After much thought, I've come to the realization that I'm probably too controlling when it comes to spending money. I read somewhere that money matters are the #1 thing that married couples fight about, and we're no exception. I've got to loosen up a little. Byrd and I will probably always have different spending priorities and we just need to learn how to compromise with less fuss and more trust. I know, easier said than done... but at least today we took a solid step forward toward a more harmonious marriage. Maybe that's why today was such a good day!

Sunday, March 04, 2007

Sick as a... Dog?

Today I was sick as a dog. (Isn't that an odd saying? I wonder how it came about.) It's terrible to be sick on a weekend, especially when you've got a to-do list as long as your arm, though I admit I wasn't planning to do anything on the list anyway. But there's a difference between being forced to procrastinate and choosing to do the same. I hate to be forced into anything.

And I hate feeling sick. I think the dogs knew (perhaps the fact that I spent the entire day in bed clued them in). They were very quiet all day, and Dozer even refrained from his typical attention demands, which usually involve lots of whining and, when silent, an adorable pouty gaze that he knows I can't resist. Whenever he gives me that look, I have to pat his big white head and kiss his little furry cheek no matter what I'm right smack in the middle of.

Today, as I sat in bed typing on my laptop or flipping through TV channels, I would sometimes look up to see the D peering at me quietly over the foot of the bed.

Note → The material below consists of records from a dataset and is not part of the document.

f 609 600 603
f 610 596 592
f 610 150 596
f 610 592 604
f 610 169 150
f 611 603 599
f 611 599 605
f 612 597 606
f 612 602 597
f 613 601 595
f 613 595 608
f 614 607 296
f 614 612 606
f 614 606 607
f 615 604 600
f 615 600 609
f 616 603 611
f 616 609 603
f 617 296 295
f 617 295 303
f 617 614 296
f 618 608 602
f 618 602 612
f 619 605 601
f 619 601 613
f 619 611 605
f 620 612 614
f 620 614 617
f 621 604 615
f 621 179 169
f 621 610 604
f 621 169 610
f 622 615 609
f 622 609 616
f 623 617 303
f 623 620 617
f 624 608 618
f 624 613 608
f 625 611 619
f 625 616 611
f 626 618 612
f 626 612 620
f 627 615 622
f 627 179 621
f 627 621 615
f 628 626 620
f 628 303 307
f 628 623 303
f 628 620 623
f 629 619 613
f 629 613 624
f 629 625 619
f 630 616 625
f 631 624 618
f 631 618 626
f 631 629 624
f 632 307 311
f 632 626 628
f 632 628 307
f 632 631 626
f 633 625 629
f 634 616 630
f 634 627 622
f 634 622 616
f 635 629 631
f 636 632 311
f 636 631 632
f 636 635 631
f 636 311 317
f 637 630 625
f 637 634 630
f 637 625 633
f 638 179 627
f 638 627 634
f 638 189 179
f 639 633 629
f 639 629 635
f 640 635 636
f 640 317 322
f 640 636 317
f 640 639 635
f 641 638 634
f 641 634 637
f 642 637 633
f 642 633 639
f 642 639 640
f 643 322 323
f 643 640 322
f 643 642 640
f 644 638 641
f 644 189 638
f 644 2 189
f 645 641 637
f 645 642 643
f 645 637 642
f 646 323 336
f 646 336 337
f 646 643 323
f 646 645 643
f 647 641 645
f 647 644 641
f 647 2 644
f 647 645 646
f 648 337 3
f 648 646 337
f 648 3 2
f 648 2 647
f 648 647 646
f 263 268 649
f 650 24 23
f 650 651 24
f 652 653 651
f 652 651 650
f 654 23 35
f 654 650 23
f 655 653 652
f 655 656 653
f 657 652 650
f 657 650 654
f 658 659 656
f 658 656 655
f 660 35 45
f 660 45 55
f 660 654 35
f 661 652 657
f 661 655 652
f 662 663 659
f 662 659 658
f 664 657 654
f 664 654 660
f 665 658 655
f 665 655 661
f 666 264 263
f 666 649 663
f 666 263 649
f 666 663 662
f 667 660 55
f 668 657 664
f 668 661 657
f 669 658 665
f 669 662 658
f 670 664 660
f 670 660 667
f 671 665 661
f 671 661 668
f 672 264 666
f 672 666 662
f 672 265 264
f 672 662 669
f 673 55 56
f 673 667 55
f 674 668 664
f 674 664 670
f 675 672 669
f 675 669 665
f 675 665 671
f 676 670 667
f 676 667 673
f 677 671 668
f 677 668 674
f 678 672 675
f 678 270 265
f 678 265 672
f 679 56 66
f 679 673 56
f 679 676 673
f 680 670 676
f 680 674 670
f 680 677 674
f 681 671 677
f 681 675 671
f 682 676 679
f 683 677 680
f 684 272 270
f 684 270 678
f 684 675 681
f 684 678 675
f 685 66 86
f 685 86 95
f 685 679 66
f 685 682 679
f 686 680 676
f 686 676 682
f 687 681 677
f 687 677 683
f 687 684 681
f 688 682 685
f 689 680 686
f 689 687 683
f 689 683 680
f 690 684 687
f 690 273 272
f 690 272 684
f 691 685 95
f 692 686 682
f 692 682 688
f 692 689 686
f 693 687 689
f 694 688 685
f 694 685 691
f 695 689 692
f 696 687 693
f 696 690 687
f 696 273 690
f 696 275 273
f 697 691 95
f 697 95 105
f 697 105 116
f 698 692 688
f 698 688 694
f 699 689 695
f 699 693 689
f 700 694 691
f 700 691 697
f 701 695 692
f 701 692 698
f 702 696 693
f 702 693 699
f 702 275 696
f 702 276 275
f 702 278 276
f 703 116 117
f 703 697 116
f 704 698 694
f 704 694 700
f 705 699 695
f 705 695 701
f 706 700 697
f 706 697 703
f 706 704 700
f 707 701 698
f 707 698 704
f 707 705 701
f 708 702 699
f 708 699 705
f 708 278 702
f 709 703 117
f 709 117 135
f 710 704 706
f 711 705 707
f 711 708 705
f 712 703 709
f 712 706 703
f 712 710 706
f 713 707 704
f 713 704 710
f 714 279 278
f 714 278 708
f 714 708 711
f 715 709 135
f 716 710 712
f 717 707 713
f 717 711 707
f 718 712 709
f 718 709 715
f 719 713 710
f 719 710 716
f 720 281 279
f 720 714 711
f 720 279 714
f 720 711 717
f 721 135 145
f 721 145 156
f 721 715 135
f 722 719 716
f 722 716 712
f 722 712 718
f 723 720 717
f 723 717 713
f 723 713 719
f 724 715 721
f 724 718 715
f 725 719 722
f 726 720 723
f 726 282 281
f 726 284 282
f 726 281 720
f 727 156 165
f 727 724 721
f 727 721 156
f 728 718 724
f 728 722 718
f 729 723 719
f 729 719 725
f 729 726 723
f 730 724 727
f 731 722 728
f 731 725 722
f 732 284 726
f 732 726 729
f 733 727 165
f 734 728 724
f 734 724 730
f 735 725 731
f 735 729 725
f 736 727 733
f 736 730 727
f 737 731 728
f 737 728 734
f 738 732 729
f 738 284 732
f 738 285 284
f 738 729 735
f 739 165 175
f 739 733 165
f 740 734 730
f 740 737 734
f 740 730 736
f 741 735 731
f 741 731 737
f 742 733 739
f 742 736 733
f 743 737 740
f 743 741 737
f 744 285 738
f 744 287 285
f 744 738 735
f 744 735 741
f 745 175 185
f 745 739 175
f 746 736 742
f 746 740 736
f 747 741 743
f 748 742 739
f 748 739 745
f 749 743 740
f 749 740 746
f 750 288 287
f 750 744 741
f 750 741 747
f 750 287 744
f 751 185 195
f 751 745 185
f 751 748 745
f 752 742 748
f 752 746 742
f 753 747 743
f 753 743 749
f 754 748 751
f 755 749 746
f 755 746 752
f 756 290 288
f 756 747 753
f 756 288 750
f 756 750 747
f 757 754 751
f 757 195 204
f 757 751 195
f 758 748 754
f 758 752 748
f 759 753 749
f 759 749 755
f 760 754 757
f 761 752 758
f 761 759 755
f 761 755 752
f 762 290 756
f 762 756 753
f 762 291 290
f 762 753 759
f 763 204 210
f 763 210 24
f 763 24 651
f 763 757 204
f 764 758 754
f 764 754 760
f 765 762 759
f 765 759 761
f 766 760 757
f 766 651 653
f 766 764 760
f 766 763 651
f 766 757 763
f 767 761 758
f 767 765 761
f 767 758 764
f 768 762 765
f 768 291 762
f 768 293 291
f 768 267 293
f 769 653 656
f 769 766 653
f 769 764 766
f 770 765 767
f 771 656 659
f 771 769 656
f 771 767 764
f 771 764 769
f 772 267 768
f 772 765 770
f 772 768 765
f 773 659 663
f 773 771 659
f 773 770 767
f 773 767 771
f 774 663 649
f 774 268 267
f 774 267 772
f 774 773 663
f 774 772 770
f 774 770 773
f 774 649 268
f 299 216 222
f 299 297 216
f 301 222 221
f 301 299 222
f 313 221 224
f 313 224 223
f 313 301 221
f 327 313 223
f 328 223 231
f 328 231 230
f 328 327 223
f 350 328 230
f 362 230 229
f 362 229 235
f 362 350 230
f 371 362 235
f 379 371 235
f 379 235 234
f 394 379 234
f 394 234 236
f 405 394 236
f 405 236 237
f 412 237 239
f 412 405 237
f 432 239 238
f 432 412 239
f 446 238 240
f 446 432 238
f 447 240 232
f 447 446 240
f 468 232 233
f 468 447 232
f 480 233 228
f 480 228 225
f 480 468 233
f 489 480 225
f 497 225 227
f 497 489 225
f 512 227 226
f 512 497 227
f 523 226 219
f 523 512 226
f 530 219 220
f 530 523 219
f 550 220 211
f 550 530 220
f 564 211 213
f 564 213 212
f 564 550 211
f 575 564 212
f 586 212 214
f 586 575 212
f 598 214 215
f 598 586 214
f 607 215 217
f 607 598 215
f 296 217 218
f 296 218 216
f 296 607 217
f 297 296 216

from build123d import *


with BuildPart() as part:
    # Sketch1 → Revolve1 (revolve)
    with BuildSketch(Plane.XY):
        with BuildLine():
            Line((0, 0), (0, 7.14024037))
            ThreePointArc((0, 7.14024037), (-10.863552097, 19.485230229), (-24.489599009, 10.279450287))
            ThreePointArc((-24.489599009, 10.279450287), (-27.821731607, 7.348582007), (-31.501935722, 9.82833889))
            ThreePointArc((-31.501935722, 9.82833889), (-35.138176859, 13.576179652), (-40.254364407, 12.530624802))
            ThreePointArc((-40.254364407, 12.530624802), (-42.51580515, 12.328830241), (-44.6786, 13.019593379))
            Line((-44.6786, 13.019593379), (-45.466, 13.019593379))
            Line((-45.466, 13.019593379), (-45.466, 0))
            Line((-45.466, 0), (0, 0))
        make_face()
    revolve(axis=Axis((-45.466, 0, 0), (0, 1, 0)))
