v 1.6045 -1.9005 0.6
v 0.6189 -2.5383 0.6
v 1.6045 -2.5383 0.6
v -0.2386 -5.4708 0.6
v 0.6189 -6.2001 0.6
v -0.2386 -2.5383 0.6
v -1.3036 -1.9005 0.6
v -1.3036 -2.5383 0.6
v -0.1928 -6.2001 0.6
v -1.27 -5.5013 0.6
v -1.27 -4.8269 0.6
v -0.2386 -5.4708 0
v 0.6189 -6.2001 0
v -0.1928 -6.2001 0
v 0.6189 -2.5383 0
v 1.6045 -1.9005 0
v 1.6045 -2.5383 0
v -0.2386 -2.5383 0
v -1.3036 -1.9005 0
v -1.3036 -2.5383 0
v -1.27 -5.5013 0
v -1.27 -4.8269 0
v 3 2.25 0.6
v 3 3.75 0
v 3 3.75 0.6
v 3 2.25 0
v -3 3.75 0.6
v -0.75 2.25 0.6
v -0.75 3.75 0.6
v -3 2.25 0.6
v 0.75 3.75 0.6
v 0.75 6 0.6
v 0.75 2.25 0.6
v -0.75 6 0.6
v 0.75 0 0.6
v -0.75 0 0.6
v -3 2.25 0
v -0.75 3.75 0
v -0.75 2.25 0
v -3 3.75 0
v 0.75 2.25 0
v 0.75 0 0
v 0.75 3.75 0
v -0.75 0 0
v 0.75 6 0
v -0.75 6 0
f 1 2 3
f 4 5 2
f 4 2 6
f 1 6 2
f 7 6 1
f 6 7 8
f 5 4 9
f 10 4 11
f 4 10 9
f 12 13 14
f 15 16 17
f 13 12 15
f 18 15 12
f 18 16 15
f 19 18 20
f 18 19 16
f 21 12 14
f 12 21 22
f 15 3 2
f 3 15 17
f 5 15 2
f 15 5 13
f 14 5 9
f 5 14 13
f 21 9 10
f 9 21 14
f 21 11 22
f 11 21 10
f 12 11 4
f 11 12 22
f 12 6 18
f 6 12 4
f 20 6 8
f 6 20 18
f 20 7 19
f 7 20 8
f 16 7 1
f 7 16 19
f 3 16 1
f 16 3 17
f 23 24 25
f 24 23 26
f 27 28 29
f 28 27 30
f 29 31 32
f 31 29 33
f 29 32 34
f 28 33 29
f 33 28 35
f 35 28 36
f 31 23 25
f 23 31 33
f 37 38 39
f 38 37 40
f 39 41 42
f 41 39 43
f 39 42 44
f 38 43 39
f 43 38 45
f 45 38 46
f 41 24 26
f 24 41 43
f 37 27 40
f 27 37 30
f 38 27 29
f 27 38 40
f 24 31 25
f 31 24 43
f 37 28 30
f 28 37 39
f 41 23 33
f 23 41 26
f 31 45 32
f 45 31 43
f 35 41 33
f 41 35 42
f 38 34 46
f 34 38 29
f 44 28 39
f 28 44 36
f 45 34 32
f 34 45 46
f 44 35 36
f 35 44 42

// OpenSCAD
$fn = 50;

difference() {
	union() {
		translate(v = [0.0, -4.0, 0.6]) {
			rotate(a = [180, 0, 0]) {
				linear_extrude(height = 0.6) {
					text(font = "Liberation Sans:style=Bold", halign = "center", size = 4.5, text = "1", valign = "center");
				}
			}
		}
		translate(v = [-3.0, 2.25, 0]) {
			cube(size = [6, 1.5, 0.6]);
		}
		translate(v = [-0.75, 0.0, 0]) {
			cube(size = [1.5, 6, 0.6]);
		}
	}
	union();
}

When it became apparent that I could not reach him all the way down there at the foot, he moved up to sit beside the bed, and rested his head on the mattress next to my hip with a little sigh. Then I could lean over and hug and kiss him to my (and his) heart's content. He was so sweet and so concerned (and clearly bored to tears, poor fellow). I guess you could say that Dozer is my "therapy" dog!